**What this task involves**:
The required output is the exact run of lines below that opens at the line with "8.939339828), (-52.873138671, 10))" and closes at the line with "39.060660172), (-51.373138671, 39.5))".
=== Data for this task ===
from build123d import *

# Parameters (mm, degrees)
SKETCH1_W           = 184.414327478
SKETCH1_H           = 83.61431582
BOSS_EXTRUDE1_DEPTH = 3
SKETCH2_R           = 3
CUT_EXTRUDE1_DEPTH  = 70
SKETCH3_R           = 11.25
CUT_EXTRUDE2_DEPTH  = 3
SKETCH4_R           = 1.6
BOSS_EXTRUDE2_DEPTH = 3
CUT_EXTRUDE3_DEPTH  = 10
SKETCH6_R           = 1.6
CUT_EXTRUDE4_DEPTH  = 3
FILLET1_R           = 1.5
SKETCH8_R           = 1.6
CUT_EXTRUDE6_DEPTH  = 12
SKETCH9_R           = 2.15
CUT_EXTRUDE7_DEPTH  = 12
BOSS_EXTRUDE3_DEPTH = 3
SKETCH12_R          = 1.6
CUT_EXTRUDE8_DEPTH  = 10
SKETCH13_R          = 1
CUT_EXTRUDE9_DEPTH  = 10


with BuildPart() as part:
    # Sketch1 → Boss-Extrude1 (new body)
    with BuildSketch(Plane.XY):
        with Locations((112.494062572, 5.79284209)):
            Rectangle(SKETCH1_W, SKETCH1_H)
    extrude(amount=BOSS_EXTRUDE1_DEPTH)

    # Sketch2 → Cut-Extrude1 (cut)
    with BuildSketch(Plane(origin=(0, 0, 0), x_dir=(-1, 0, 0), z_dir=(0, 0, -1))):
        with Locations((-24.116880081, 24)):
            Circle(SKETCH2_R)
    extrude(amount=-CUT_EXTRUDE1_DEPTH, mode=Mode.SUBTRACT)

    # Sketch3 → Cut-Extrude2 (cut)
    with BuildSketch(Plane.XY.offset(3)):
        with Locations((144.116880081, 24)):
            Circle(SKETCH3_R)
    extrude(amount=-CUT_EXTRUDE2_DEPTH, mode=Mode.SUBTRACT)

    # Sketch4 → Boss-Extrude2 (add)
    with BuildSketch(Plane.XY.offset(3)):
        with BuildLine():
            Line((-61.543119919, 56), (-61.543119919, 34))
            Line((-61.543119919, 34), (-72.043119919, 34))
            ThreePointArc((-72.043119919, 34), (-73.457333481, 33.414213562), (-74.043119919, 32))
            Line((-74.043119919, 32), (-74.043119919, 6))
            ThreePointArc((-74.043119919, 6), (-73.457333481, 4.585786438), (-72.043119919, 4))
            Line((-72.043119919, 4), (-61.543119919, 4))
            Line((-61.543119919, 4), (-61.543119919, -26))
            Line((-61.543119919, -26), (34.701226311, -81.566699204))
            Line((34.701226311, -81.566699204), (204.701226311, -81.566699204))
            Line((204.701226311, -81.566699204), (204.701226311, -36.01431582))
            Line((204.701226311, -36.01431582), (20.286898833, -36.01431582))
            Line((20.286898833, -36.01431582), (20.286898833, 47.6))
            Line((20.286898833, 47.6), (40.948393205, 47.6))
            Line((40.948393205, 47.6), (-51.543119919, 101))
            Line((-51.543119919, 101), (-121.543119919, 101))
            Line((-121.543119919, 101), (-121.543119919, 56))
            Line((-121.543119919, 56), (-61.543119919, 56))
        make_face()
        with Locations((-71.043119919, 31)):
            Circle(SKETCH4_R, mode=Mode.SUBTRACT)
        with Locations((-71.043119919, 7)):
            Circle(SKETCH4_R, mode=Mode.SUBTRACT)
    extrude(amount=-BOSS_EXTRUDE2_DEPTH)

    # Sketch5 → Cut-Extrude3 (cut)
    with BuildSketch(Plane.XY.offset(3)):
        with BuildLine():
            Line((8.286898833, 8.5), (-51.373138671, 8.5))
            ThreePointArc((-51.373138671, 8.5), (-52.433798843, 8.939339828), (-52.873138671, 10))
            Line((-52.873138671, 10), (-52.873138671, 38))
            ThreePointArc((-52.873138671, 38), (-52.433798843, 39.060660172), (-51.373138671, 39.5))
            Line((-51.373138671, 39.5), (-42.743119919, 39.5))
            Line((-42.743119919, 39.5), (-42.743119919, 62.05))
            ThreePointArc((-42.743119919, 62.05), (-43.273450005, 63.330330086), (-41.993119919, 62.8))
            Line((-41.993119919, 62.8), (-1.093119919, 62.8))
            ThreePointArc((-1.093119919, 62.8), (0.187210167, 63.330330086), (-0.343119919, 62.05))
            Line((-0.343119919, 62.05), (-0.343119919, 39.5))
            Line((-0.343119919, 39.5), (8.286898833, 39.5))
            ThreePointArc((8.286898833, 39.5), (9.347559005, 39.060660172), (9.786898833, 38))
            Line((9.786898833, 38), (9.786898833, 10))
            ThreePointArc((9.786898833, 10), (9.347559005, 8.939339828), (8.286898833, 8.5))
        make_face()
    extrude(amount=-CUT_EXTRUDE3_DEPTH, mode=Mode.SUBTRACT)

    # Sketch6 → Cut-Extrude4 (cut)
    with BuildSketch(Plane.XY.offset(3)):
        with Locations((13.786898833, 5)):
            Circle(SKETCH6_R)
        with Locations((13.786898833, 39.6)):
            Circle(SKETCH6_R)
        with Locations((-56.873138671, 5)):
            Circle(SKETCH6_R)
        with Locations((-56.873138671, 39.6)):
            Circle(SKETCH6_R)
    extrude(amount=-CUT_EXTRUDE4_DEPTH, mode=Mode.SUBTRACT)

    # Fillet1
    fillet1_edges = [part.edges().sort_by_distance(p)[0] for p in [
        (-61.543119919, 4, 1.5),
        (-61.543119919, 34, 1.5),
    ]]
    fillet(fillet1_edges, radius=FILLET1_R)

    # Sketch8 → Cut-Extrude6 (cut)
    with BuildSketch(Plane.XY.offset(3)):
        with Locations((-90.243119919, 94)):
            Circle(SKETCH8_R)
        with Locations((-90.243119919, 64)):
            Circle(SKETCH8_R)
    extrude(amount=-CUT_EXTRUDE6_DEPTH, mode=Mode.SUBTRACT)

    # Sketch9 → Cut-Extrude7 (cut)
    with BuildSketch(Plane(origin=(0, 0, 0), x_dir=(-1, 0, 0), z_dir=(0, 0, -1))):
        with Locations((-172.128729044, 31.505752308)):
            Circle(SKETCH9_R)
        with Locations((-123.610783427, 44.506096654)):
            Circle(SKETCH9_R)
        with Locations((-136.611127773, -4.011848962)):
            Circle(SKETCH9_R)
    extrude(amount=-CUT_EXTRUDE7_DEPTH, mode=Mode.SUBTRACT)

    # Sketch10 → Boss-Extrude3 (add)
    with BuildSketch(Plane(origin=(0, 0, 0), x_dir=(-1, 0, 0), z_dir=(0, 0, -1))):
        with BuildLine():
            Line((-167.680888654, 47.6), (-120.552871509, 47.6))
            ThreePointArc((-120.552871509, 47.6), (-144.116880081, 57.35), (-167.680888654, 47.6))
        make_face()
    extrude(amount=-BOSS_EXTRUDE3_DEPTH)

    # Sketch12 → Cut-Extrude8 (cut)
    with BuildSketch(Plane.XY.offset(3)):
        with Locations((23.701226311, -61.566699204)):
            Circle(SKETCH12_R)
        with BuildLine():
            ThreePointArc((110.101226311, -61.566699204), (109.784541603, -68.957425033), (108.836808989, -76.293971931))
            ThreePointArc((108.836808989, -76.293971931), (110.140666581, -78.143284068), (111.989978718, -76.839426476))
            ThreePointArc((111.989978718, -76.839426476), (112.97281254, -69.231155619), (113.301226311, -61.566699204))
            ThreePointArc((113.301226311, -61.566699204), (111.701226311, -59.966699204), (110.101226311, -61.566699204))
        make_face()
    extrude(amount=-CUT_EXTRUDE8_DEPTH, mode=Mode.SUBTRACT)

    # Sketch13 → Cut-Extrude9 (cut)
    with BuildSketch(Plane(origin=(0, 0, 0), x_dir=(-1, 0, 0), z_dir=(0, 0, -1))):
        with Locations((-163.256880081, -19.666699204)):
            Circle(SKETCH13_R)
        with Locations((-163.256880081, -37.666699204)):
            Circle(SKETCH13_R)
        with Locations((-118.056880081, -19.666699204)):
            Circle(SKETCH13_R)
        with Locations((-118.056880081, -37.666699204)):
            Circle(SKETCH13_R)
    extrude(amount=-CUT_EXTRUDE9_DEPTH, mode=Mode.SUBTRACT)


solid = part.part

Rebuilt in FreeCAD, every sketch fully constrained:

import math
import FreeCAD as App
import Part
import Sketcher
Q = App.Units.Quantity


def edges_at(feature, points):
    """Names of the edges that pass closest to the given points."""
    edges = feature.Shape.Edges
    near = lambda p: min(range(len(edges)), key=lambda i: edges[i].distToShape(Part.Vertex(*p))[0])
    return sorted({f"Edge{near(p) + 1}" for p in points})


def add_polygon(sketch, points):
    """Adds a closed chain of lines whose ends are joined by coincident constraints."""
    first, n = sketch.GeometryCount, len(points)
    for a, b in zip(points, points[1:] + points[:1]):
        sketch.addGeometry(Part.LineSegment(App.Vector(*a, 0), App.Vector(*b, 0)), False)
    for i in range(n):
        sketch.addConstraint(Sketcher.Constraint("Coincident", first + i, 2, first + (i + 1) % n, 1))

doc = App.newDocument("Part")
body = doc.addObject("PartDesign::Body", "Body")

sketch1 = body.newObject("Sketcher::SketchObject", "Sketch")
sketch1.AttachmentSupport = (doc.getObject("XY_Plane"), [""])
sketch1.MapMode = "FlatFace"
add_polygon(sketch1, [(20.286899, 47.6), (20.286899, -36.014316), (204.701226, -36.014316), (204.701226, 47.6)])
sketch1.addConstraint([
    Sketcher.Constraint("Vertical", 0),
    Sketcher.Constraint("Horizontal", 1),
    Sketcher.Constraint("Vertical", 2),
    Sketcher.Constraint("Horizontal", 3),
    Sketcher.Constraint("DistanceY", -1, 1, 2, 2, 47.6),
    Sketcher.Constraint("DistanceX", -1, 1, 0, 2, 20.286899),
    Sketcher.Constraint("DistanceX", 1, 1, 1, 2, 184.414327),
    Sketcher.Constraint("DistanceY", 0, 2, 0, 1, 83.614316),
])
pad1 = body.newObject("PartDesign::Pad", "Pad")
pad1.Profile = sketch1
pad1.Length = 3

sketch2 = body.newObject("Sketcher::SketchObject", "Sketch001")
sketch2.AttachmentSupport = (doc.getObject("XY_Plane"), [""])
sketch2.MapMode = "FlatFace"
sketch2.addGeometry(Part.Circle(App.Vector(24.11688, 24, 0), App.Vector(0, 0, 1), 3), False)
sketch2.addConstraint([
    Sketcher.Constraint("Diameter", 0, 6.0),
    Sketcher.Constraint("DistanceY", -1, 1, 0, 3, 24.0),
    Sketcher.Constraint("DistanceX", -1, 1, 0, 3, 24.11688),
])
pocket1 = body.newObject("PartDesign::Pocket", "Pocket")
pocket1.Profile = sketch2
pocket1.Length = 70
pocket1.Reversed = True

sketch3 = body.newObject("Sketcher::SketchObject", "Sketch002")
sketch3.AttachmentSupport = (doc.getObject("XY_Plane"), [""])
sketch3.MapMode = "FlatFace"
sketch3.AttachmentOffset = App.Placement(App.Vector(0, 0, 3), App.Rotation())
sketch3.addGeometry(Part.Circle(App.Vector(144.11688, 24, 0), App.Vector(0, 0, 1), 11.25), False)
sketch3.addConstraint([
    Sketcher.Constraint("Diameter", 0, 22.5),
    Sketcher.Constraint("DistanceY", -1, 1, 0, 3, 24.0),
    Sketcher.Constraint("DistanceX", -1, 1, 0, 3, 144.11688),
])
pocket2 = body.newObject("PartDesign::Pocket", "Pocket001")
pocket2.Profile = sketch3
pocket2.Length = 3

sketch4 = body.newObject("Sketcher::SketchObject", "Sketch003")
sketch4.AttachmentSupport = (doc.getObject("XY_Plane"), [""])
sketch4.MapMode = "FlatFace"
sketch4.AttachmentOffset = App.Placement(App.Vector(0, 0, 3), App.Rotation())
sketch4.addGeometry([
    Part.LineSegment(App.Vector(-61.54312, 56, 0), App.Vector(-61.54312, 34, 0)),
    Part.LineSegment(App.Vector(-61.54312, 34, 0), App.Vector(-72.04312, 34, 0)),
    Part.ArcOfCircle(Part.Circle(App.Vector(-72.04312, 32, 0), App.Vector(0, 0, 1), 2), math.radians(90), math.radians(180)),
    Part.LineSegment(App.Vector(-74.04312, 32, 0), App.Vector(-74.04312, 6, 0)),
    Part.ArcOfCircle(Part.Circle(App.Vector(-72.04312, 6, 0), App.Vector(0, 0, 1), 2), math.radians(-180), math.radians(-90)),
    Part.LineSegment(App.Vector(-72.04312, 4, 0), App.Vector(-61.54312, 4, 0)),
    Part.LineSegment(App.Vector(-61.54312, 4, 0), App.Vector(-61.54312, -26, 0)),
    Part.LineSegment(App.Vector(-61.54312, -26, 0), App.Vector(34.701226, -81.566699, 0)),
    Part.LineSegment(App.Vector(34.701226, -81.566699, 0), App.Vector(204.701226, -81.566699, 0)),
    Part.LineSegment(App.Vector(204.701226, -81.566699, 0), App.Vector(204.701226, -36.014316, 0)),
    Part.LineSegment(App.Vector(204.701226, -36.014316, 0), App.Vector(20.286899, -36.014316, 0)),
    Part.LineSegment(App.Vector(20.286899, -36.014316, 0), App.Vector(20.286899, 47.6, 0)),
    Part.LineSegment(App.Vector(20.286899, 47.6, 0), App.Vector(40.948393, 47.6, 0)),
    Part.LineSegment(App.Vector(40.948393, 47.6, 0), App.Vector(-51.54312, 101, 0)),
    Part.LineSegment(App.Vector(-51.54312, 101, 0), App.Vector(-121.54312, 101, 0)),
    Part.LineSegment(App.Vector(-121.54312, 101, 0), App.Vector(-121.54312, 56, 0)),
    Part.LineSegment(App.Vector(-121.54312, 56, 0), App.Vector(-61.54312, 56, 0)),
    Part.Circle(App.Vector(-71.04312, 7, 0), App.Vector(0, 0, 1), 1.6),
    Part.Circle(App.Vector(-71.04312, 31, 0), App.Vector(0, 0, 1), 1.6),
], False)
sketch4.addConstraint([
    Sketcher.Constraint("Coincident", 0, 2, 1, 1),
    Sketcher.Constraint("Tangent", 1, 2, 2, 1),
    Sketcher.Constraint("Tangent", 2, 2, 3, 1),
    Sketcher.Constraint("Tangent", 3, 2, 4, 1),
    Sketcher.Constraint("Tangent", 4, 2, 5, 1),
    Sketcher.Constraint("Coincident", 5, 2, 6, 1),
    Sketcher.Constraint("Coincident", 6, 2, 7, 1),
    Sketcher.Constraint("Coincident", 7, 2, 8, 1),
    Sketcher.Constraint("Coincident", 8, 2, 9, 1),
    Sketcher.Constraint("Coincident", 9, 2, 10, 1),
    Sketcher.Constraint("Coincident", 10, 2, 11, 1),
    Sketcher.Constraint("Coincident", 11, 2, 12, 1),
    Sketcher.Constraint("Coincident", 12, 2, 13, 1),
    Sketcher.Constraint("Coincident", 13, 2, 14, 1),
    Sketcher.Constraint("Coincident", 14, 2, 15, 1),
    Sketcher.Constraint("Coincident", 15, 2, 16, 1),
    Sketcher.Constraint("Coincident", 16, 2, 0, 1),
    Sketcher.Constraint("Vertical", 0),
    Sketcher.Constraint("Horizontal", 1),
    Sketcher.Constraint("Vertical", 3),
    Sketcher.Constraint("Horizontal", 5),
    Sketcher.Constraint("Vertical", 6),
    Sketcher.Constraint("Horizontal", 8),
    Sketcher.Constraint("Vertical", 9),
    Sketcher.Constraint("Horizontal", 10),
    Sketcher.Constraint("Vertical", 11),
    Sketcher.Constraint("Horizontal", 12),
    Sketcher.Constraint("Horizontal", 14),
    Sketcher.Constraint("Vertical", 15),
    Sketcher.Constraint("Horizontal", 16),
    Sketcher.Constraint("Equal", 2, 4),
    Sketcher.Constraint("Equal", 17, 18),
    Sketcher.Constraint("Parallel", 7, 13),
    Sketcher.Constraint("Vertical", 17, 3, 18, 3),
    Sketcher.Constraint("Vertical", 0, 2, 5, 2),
===
**Exercise answer**:
            ThreePointArc((-51.373138671, 8.5), (-52.433798843, 8.939339828), (-52.873138671, 10))
            Line((-52.873138671, 10), (-52.873138671, 38))
            ThreePointArc((-52.873138671, 38), (-52.433798843, 39.060660172), (-51.373138671, 39.5))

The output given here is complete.